Punjab has ordered all public offices to adopt a digital filing system by July 1, eliminating paper correspondence and cutting billions of rupees in annual administrative costs.
The E-Filing and Office Automation System (e-FOAS) will expand to all regional and district field offices, following its existing deployment across central provincial departments and attached bodies.
All field offices will be legally barred from using manual paper correspondence starting July 1, as Punjab enforces a full transition to digital record-keeping across its administrative structure.
The directive was issued at a Secretaries Conference held at the Civil Secretariat on Monday, chaired by the Punjab Chief Secretary before senior provincial and regional government officials.
The Additional Chief Secretary, Senior Member of the Board of Revenue, and provincial administrative secretaries attended in person, while divisional and deputy commissioners joined through a video link.

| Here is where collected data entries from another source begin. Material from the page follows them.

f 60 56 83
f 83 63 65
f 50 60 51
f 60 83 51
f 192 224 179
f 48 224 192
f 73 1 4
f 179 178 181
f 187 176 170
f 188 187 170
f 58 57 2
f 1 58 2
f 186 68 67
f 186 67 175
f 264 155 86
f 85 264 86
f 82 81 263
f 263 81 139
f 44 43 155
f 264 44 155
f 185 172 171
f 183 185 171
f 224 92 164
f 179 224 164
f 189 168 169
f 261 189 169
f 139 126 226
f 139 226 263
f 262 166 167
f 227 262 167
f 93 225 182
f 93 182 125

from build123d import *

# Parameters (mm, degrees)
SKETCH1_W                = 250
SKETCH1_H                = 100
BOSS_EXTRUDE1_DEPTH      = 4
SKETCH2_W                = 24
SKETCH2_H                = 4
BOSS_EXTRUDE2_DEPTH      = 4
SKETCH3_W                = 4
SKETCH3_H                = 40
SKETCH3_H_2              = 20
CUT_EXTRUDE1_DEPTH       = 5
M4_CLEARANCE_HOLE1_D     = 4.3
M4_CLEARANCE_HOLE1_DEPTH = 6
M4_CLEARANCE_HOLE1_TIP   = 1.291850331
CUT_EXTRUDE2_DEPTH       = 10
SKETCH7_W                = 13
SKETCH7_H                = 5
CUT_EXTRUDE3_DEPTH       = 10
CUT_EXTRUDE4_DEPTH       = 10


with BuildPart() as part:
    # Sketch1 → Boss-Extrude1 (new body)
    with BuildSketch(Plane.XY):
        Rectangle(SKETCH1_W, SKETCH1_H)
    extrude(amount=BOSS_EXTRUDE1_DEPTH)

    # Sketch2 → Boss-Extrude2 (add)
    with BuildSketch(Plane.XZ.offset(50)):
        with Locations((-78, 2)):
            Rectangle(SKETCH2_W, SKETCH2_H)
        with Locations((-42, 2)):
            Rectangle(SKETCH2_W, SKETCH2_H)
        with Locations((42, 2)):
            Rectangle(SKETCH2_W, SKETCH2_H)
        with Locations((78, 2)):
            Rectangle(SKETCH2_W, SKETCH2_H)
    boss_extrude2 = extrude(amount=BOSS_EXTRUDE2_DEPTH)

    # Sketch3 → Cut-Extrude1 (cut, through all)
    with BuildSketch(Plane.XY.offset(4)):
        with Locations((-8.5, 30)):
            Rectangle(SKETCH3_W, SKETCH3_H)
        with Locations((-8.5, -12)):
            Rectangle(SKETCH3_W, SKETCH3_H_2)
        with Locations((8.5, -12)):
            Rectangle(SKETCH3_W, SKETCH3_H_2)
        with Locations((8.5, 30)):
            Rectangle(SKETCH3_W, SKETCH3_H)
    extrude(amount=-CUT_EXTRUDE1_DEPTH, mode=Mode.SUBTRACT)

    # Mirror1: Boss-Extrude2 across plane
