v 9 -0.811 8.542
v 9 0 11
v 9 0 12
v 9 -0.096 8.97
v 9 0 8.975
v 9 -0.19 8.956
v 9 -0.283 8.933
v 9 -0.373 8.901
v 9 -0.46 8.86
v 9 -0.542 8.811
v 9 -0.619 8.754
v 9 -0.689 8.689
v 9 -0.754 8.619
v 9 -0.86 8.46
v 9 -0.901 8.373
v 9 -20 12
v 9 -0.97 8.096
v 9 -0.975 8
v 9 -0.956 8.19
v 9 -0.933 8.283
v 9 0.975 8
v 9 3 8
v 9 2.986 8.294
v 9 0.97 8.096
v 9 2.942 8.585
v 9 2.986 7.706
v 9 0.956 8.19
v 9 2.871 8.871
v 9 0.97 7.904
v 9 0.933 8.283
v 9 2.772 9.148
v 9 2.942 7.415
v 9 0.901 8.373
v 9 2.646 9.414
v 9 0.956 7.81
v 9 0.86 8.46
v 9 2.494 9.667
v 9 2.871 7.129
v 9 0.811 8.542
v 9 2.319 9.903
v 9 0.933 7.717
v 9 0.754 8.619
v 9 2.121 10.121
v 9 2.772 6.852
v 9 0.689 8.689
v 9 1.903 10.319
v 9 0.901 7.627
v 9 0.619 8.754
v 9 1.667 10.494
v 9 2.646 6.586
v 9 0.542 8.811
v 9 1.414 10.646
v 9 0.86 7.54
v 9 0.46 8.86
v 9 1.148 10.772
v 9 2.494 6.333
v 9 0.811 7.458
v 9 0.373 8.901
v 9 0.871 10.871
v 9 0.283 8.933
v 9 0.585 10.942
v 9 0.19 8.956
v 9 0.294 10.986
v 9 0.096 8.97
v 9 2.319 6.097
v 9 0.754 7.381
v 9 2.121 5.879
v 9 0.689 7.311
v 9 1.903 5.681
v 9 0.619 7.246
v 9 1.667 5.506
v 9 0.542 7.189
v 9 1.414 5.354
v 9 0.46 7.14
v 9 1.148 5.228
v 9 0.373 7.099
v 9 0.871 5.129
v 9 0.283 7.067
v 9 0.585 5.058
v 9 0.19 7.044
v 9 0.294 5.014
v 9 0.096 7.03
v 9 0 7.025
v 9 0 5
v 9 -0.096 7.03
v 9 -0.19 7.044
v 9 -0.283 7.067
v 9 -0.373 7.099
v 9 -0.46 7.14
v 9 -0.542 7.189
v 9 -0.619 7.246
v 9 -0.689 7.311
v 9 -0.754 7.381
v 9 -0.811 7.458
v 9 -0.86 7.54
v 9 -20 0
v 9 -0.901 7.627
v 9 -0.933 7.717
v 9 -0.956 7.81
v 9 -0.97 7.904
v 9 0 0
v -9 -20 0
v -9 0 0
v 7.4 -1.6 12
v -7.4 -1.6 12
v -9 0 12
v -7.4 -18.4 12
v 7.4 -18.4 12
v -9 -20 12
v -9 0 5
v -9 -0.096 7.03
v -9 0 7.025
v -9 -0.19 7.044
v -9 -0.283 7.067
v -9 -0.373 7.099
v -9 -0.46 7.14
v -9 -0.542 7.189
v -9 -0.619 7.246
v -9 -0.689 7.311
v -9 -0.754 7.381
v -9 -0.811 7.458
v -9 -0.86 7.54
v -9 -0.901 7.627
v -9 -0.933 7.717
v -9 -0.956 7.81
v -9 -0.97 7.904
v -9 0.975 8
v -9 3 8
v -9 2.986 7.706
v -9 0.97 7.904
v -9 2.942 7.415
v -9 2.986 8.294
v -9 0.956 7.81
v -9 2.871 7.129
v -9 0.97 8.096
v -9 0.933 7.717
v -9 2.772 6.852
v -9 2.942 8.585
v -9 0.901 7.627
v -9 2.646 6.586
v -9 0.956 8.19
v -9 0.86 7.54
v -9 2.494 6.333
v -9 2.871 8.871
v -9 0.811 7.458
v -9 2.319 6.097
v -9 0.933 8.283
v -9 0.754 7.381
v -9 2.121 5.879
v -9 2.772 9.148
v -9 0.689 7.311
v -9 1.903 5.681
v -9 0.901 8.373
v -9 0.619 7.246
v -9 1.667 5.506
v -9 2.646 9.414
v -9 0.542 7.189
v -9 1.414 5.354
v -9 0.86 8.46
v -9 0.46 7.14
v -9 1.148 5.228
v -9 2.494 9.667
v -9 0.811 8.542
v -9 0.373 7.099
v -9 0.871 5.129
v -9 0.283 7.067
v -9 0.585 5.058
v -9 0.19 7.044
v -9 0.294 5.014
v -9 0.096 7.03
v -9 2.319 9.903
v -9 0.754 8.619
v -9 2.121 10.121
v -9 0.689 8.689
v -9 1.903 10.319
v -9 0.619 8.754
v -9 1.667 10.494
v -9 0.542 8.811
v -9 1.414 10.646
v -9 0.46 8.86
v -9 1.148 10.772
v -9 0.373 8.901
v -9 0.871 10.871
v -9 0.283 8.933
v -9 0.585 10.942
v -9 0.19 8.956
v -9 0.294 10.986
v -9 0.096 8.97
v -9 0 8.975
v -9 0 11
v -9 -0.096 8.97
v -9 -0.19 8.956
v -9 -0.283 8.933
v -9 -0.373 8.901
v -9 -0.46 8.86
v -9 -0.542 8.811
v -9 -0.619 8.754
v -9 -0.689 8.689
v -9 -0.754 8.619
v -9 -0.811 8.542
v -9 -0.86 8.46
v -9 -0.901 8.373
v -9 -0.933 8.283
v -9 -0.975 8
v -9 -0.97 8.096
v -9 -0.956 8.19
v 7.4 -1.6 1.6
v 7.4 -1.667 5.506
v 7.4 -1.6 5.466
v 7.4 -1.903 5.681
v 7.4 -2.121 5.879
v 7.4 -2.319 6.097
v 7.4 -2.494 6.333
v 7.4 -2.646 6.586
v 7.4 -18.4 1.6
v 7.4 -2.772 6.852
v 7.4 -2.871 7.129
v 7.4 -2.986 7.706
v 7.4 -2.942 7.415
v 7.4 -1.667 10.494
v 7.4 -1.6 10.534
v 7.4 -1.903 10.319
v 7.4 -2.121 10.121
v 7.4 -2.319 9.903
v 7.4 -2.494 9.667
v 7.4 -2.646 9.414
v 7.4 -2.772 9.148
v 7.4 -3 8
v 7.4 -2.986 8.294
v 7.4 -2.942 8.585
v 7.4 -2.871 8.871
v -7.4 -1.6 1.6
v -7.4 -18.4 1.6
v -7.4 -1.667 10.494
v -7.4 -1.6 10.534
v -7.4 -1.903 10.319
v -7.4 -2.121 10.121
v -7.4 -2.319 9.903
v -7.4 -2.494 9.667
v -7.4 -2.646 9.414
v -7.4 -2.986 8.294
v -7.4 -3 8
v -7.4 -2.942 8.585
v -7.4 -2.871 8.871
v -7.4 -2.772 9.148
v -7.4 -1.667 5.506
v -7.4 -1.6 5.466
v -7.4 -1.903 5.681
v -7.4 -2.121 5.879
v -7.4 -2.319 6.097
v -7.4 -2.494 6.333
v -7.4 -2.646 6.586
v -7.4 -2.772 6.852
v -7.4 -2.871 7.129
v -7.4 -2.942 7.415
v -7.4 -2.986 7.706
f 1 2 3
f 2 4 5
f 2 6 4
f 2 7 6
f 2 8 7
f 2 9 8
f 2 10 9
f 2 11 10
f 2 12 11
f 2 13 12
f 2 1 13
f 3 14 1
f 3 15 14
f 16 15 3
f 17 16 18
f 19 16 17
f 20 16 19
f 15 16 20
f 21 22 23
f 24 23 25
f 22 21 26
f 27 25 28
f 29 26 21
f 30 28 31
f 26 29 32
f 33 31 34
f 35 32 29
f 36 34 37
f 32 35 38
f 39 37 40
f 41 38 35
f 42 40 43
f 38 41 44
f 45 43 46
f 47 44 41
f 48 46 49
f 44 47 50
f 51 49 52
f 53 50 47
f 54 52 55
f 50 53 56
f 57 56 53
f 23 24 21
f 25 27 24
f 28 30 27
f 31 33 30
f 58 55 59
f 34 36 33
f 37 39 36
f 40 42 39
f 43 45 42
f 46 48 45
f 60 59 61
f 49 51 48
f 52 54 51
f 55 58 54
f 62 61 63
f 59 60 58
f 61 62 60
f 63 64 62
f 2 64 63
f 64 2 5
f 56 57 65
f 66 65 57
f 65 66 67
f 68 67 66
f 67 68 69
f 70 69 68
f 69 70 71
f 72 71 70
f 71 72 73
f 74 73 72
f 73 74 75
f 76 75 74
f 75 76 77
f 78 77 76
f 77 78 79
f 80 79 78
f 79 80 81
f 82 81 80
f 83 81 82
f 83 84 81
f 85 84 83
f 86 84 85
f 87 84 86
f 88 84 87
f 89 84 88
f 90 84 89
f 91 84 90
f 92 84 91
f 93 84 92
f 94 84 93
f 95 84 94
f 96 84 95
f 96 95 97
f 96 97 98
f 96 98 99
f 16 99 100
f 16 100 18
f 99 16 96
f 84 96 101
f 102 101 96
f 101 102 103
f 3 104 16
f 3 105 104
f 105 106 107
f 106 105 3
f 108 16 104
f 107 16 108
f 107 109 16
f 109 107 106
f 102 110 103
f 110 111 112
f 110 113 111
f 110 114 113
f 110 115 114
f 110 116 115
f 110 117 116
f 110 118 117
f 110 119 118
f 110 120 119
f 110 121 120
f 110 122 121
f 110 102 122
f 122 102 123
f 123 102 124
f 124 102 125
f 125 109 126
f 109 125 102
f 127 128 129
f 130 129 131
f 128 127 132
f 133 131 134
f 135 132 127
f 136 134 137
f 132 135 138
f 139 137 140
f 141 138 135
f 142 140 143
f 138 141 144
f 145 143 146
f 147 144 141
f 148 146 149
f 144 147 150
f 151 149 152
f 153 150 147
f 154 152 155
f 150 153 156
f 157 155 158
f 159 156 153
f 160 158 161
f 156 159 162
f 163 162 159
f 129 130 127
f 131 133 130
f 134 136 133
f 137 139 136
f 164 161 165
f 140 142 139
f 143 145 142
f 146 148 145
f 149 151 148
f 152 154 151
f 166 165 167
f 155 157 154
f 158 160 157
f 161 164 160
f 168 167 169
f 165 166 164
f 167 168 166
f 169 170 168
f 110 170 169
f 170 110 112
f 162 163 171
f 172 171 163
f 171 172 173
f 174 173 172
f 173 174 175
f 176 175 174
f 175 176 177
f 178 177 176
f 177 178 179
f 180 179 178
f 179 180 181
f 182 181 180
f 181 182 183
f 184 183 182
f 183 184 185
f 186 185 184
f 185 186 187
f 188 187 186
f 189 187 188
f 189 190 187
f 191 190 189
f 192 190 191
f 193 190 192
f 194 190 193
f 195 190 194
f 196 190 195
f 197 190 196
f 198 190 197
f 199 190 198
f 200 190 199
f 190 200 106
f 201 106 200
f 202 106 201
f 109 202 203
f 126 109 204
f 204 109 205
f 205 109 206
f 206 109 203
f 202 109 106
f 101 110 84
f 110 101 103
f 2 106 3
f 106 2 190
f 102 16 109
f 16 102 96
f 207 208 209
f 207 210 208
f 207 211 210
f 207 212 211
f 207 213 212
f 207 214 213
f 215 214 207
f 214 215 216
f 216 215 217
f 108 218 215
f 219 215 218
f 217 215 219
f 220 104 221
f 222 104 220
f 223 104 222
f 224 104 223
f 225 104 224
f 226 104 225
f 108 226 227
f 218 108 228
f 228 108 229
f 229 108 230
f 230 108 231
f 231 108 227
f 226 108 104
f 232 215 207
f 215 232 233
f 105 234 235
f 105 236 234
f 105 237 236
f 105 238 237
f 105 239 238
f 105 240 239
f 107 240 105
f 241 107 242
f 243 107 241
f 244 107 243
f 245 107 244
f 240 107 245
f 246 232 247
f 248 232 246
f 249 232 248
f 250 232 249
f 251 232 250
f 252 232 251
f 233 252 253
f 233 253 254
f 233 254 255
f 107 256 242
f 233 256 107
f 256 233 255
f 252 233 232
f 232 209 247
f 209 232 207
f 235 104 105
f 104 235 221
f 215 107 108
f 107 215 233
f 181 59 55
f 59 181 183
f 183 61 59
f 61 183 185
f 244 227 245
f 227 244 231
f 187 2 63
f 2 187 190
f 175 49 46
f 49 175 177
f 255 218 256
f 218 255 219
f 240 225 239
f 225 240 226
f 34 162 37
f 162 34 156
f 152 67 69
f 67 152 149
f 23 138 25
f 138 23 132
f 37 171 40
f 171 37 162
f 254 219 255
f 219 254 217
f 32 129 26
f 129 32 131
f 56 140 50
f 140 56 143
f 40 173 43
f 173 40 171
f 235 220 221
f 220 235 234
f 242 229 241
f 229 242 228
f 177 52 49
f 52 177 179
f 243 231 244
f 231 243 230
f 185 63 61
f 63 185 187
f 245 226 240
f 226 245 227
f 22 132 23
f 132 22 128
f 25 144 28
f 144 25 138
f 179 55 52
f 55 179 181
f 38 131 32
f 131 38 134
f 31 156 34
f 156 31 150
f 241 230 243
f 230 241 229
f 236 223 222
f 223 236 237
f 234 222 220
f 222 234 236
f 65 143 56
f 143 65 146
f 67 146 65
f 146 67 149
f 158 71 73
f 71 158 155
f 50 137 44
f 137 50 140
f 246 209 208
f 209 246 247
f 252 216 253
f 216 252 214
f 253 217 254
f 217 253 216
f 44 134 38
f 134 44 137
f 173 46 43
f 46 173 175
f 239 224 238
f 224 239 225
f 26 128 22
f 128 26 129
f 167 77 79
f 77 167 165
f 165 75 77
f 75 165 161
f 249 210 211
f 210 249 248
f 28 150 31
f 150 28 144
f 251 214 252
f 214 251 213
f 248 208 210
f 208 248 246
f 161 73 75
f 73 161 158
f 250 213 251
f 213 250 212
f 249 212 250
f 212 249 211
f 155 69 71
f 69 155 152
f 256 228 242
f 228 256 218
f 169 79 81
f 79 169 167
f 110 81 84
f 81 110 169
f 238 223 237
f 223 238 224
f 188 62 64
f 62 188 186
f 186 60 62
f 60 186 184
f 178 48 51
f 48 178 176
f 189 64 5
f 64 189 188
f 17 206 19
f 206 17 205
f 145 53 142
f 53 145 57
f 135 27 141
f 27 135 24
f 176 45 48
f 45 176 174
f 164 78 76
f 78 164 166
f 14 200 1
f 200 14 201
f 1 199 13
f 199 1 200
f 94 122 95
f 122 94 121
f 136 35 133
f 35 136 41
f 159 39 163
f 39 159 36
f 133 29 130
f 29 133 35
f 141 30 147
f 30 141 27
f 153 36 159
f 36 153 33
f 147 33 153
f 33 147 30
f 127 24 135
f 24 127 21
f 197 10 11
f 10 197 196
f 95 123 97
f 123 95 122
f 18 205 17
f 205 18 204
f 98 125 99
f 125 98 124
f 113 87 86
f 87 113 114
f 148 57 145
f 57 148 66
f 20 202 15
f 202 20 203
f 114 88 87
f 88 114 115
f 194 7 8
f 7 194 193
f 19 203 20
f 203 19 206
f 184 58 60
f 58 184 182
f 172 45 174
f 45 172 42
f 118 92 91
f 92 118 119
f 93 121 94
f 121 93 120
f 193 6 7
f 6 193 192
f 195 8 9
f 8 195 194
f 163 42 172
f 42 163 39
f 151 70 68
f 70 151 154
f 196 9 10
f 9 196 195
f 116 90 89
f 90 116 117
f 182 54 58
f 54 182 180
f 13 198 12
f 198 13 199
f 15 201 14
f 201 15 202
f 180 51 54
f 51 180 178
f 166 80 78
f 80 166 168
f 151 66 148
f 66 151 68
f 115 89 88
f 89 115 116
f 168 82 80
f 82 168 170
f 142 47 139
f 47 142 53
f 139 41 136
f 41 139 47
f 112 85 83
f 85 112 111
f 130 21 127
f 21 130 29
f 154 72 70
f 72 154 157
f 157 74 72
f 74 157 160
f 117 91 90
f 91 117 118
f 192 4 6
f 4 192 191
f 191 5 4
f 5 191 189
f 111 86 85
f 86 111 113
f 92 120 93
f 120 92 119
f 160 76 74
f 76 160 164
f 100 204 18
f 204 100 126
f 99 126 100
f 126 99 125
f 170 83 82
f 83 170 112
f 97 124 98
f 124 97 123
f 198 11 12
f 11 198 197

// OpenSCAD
// Dummy flip cover for the covered buttons on the replica, hinged on a 1.75 mm
// filament pin, for the cover-opening check. Print 2, top on the bed.
include <../cad/params.scad>
include <../cad/lib.scad>

wall = 1.6;

module alarm_cover() {
    pin_z = cover_pin_z;
    difference() {
        union() {
            difference() {
                box(-cover_w / 2, cover_w / 2, -cover_d, 0, 0, cover_h);
                box(-cover_w / 2 + wall, cover_w / 2 - wall, -cover_d + wall, -wall, -1, cover_h - wall);
            }
            // hinge knuckle
            translate([-cover_w / 2, 0, pin_z]) rotate([0, 90, 0]) cylinder(r = 3, h = cover_w);
        }
        translate([-cover_w / 2 - 1, 0, pin_z]) rotate([0, 90, 0]) cylinder(d = 1.95, h = cover_w + 2);
    }
}

translate([0, 0, cover_h]) mirror([0, 0, 1]) alarm_cover();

The Chief Secretary stated the digital system would standardise transparency, reduce processing delays, and accelerate resolution of public grievances submitted by citizens across all districts of Punjab.
The Punjab Information Technology Board was credited with overseeing the full technical transition from manual record-keeping to the digital platform now being rolled out across provincial government offices.
The Chief Secretary also acknowledged that administrative officers, local government teams, and field staff had met solid waste management targets during Eid-ul-Azha despite extreme summer temperatures.